# Nemo Vomiting



## Ciralaine (Jul 27, 2012)

Woke up this morning and Nemo was covered in gunk. Her whole face and cheek/head feathers were all weird and stuck in odd directions thanks to the goop. I was confused at first but then she started vomiting (shaking head from side to side) and realised the goop all over her was vomit. 

I'm really worried now. I'm not sure if this is really serious or the result of her eating some new food (apple? - no seeds). I was meant to take her back to the vet to see about her abnormal pooping, where she'd struggle to poop. And the Dr said she had a small swollen intestine. But her pooping returned to normal. It's been very consistent though I did notice that her bum seemed more prominent. I just assumed that maybe she was getting ready to lay. But now that she's vomiting I'm worried if maybe the swollen bum is actually part of her swollen intestine, maybe she has a tumor or something and I didn't take her back to see about the swelling . 

Dilemma: Ive booked her into the vet this arvo as I'm really worried but my bf said to wait till tomorrow and he'll drive us to the vet. Today I'll have to catch public transport which will take about 2hrs since my place is so far the vet and the bird vet close to me is only on a few days a week and won't be back till Mon which is far too long. 

I feel I should just travel in today as Nemo is never fluffed up during the day and is usually a little ball of energy but today she's fluffed up, sleeping on a perch near the heater (which I put on for her). Raz is usually the lazy sleepy fluffball in comparison but today he's chirping and jumping around, talking to toys but Nemo is just sitting there. That seems like a bad sign right? I shouldn't wait to take her in? My poor Nemo I don't want to lose her


----------



## Pegg (Jun 7, 2011)

I'm sorry Nemo is sick. Its really good your taking her to the vet.
Good luck, 
I would give Nemo some Pedialyte.

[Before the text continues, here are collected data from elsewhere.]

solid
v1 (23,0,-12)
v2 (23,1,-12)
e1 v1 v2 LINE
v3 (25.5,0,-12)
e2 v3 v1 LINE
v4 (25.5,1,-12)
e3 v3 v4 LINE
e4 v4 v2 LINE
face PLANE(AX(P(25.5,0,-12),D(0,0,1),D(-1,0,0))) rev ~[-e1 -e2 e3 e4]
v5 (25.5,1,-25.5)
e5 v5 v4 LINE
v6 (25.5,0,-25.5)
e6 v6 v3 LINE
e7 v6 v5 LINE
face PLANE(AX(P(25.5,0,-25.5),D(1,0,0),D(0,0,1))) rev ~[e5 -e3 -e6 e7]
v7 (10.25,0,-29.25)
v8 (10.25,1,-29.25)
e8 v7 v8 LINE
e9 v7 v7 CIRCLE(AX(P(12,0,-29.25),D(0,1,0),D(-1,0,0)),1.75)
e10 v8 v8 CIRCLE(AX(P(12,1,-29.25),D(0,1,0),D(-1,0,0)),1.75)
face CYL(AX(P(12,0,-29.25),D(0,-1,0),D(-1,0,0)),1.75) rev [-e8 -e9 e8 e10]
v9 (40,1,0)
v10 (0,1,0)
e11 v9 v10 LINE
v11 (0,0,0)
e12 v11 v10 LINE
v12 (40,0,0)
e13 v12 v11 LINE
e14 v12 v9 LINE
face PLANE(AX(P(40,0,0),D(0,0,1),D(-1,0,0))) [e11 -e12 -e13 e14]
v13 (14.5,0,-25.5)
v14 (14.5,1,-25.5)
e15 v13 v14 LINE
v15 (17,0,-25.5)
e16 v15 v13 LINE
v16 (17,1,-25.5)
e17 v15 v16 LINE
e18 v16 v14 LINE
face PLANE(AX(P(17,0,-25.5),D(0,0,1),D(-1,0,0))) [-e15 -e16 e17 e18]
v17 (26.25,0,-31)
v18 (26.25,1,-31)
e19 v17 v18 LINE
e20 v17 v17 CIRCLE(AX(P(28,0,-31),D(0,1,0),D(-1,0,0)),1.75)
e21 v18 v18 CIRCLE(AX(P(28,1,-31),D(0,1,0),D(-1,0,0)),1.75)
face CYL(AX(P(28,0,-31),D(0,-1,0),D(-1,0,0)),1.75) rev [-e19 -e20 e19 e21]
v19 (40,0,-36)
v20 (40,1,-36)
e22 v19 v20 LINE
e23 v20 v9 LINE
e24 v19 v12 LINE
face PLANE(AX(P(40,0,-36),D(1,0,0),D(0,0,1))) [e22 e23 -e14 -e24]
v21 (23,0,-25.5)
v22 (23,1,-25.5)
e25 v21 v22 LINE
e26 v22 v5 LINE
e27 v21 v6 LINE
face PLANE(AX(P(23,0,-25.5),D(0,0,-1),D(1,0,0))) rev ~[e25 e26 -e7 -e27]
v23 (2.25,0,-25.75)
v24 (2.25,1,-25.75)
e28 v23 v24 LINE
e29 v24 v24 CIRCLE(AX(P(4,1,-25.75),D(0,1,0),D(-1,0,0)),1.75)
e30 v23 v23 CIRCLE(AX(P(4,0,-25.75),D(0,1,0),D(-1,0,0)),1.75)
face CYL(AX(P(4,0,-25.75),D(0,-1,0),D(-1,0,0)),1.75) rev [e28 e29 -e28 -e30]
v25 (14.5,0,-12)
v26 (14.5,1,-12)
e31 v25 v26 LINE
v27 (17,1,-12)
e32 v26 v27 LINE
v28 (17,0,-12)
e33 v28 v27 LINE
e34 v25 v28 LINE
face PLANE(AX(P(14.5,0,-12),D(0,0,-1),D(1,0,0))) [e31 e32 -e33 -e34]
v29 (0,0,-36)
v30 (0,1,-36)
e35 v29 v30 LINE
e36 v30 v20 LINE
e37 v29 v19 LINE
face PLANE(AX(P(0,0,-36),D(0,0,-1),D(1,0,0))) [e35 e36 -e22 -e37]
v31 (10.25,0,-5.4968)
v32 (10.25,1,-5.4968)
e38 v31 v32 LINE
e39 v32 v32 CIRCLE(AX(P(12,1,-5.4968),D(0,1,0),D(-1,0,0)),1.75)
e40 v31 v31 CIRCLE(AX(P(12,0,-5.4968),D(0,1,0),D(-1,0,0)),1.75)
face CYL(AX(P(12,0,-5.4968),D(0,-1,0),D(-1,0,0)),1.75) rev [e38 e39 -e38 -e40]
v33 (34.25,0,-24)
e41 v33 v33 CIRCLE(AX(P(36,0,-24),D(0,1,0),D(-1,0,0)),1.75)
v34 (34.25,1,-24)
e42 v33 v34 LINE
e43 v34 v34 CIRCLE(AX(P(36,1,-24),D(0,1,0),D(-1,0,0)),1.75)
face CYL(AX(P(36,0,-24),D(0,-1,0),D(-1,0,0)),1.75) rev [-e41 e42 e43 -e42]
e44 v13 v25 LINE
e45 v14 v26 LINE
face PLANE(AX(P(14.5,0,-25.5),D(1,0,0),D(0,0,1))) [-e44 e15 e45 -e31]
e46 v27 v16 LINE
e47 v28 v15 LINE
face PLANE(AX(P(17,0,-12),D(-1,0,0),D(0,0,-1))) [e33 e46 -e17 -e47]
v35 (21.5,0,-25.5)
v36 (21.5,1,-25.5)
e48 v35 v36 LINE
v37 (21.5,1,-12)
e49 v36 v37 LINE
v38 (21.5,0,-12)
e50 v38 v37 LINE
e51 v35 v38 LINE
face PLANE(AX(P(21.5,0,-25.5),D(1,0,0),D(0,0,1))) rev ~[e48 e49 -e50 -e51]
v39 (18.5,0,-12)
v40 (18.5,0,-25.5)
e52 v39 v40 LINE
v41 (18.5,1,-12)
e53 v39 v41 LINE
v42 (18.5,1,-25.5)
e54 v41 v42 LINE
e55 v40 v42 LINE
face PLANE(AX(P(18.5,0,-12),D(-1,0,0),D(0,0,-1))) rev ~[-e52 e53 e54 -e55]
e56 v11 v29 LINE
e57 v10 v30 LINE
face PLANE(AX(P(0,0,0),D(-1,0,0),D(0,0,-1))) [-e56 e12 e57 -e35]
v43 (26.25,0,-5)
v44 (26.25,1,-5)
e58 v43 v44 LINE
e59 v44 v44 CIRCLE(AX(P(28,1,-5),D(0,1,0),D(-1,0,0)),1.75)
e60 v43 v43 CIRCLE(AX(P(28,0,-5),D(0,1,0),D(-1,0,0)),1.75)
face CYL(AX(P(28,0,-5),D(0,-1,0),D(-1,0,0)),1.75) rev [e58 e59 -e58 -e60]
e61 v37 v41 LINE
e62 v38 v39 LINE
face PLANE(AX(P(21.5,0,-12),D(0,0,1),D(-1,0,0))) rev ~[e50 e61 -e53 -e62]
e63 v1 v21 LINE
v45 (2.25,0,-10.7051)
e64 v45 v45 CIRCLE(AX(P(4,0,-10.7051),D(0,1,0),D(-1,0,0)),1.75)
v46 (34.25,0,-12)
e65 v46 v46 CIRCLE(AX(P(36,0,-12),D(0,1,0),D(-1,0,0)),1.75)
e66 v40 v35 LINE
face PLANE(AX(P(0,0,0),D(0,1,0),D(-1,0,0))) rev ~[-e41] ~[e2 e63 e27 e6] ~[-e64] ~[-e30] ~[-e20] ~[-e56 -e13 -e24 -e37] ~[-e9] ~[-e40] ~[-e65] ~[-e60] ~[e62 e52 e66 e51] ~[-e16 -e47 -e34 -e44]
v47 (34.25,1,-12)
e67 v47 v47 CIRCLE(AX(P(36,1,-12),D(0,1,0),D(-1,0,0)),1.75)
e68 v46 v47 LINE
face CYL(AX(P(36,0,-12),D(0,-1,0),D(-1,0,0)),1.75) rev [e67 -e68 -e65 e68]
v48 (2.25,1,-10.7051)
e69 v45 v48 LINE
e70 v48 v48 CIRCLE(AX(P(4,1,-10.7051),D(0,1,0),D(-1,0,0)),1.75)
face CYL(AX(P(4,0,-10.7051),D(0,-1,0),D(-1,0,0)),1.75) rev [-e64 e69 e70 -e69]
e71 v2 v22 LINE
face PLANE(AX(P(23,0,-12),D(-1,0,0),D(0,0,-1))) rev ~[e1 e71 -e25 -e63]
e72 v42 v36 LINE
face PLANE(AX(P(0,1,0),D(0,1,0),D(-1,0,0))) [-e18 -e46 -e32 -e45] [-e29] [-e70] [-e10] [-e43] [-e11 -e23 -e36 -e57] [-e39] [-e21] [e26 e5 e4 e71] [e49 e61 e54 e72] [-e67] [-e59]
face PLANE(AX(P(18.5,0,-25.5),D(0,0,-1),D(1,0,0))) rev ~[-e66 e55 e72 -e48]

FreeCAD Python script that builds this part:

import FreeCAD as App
import Part
import Sketcher

V = App.Vector


def add_polygon(sketch, points):
    """Adds a closed chain of lines whose ends are joined by coincident constraints."""
    first, n = sketch.GeometryCount, len(points)
    for a, b in zip(points, points[1:] + points[:1]):
        sketch.addGeometry(Part.LineSegment(App.Vector(*a, 0), App.Vector(*b, 0)), False)
    for i in range(n):
        sketch.addConstraint(Sketcher.Constraint("Coincident", first + i, 2, first + (i + 1) % n, 1))

doc = App.newDocument("Part")
body = doc.addObject("PartDesign::Body", "Body")

# Sketch on XZ plane
sketch1 = body.newObject("Sketcher::SketchObject", "Sketch")
sketch1.AttachmentSupport = (doc.getObject("XZ_Plane"), [""])
sketch1.MapMode = "FlatFace"
add_polygon(sketch1, [(0, -36), (0, 0), (40, 0), (40, -36)])  # lines 0-3
sketch1.addGeometry(Part.Circle(V(28, -31, 0), V(0, 0, 1), 1.75), False)  # 4
sketch1.addGeometry(Part.Circle(V(36, -24, 0), V(0, 0, 1), 1.75), False)  # 5
add_polygon(sketch1, [(25.5, -12), (23, -12), (23, -25.5), (25.5, -25.5)])  # lines 6-9
sketch1.addGeometry(Part.Circle(V(12, -29.25, 0), V(0, 0, 1), 1.75), False)  # 10
add_polygon(sketch1, [(21.5, -12), (18.5, -12), (18.5, -25.5), (21.5, -25.5)])  # lines 11-14
add_polygon(sketch1, [(17, -25.5), (17, -12), (14.5, -12), (14.5, -25.5)])  # lines 15-18
sketch1.addGeometry(Part.Circle(V(4, -25.75, 0), V(0, 0, 1), 1.75), False)  # 19
sketch1.addGeometry(Part.Circle(V(36, -12, 0), V(0, 0, 1), 1.75), False)  # 20
sketch1.addGeometry(Part.Circle(V(28, -5, 0), V(0, 0, 1), 1.75), False)  # 21
sketch1.addGeometry(Part.Circle(V(4, -10.7051, 0), V(0, 0, 1), 1.75), False)  # 22
sketch1.addGeometry(Part.Circle(V(12, -5.4968, 0), V(0, 0, 1), 1.75), False)  # 23
sketch1.addConstraint([
    Sketcher.Constraint("Vertical", 0),
    Sketcher.Constraint("Horizontal", 1),
    Sketcher.Constraint("Vertical", 2),
    Sketcher.Constraint("Horizontal", 3),
    Sketcher.Constraint("Horizontal", 6),
    Sketcher.Constraint("Vertical", 7),
    Sketcher.Constraint("Horizontal", 8),
    Sketcher.Constraint("Vertical", 9),
    Sketcher.Constraint("Horizontal", 11),
    Sketcher.Constraint("Vertical", 12),
    Sketcher.Constraint("Horizontal", 13),
    Sketcher.Constraint("Vertical", 14),
    Sketcher.Constraint("Vertical", 15),
    Sketcher.Constraint("Horizontal", 16),
    Sketcher.Constraint("Vertical", 17),
    Sketcher.Constraint("Horizontal", 18),
    Sketcher.Constraint("Coincident", 0, 2, -1, 1),
    Sketcher.Constraint("Equal", 4, 5),
    Sketcher.Constraint("Equal", 5, 10),
    Sketcher.Constraint("Equal", 10, 19),
    Sketcher.Constraint("Equal", 19, 20),
    Sketcher.Constraint("Equal", 20, 21),
    Sketcher.Constraint("Equal", 21, 22),
    Sketcher.Constraint("Equal", 22, 23),
    Sketcher.Constraint("Horizontal", 20, 3, 6, 2),
    Sketcher.Constraint("Horizontal", 9, 2, 11, 2),
    Sketcher.Constraint("Horizontal", 8, 2, 12, 2),
    Sketcher.Constraint("Horizontal", 14, 2, 15, 2),
    Sketcher.Constraint("Horizontal", 13, 2, 17, 2),
    Sketcher.Constraint("Vertical", 5, 3, 20, 3),
    Sketcher.Constraint("Vertical", 4, 3, 21, 3),
    Sketcher.Constraint("Vertical", 19, 3, 22, 3),
    Sketcher.Constraint("Vertical", 10, 3, 23, 3),
    Sketcher.Constraint("Equal", 8, 16),
    Sketcher.Constraint("Diameter", 4, 3.5),
    Sketcher.Constraint("DistanceX", 1, 1, 1, 2, 40.0),
    Sketcher.Constraint("DistanceX", 11, 2, 11, 1, 3.0),
    Sketcher.Constraint("DistanceY", 0, 1, 0, 2, 36.0),
    Sketcher.Constraint("DistanceX", 6, 2, 6, 1, 2.5),
    Sketcher.Constraint("DistanceY", 7, 2, 7, 1, 13.5),
    Sketcher.Constraint("DistanceX", -1, 1, 5, 3, 36.0),
    Sketcher.Constraint("DistanceY", 5, 3, -1, 1, 24.0),
    Sketcher.Constraint("DistanceX", -1, 1, 10, 3, 12.0),
    Sketcher.Constraint("DistanceX", -1, 1, 19, 3, 4.0),
    Sketcher.Constraint("DistanceY", 20, 3, -1, 1, 12.0),
    Sketcher.Constraint("DistanceY", 21, 3, -1, 1, 5.0),
    Sketcher.Constraint("DistanceX", -1, 1, 6, 2, 23.0),
    Sketcher.Constraint("DistanceX", -1, 1, 15, 2, 17.0),
    Sketcher.Constraint("DistanceX", 10, 3, 4, 3, 16.0),
    Sketcher.Constraint("DistanceY", 2, 2, 4, 3, 5.0),
    Sketcher.Constraint("DistanceX", 13, 2, 8, 2, 4.0),
    Sketcher.Constraint("DistanceY", 10, 3, 19, 3, 3.5),
    Sketcher.Constraint("DistanceY", 10, 3, -1, 1, 29.25),
    Sketcher.Constraint("DistanceY", 22, 3, -1, 1, 10.705),
    Sketcher.Constraint("DistanceY", 23, 3, -1, 1, 5.4968),
])
pad1 = body.newObject("PartDesign::Pad", "Pad")
pad1.Profile = sketch1
pad1.Length = 1
pad1.Reversed = True

doc.recompute()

It will help keep her from dehydrating.
Soak millet seeds in it really helps.

http://talkbudgies.com/articles-budgie-disease-illness/295625-guardian-angel-pedialyte-pedialyte-recipe.html


----------



## shanebudgie (Feb 5, 2016)

Oh dear.I'm so sorry.I hope nemo will be alright soon.sending her healing prayers.keep us posted and we're for you if you need us.


----------



## Ciralaine (Jul 27, 2012)

Thanks for the well wishes. And thankyou Pedialyte is a good idea :hug:

*update*:

I'm on the train now with the fids but it seems Nemo might be feeling worse. She's sitting on the bottom of the travel cage fluffed up and sleeping. I feel awful now. Maybe I should have waited for tomorrow when I could get a lift. I'm scared that maybe public transport is too stressful for her maybe


----------



## aluz (Jul 24, 2011)

Oh no Sharday, I'm so sorry your Nemo isn't feeling well... 
From your description, Nemo really needs urgent medical attention and I'm sending my prayers and best wishes to your budgie girl. ray:
I hope all goes well at the vet's and be sure to update us on Nemo's condition.


----------



## FaeryBee (May 9, 2011)

*Sharday,
I believe taking Nemo to the vet today was your best course of action even though you have had to use public transportation. It sounds as if she is very ill and it's wonderful you are willing to travel the distance necessary to ensure she receives the care she needs. :hug:

I'm praying for little Nemo and sending lots of healing energy and positive thoughts her way. Please be sure to let us know how she's doing after the vet appointment.*


----------



## Wiki (Feb 25, 2012)

Getting a vomiting bird to the vet is vitally important as dehydration can be such a problem, and we know that they have such a fast metabolism they can't go without a crop of food for too long. You've made the right choice. Our last budgie had a cross town rush to get to a bird vet when he was vomiting, and it was fluids by injection, warmth and rest for him overnight. He survived because of quick action, so I'm hoping wholeheartedly for the same outcome for Nemo.


----------



## StarlingWings (Mar 15, 2013)

Oh, Sharday, I'm so sorry to hear this! I agree that taking little Nemo to the vet was the definite right decision. Please let us know how things go! :fingerx:


----------



## Ciralaine (Jul 27, 2012)

Thankyou for all the lovely replies everyone :hug: 

Nemo is currently doing much better today. She was chirping a little again and chasing and bossing Raz about like she used to. Still more quiet and sleepy than usual but much better than yesterday when she was still very tired and slept most of the day but fortunately there's been no vomiting since Friday . 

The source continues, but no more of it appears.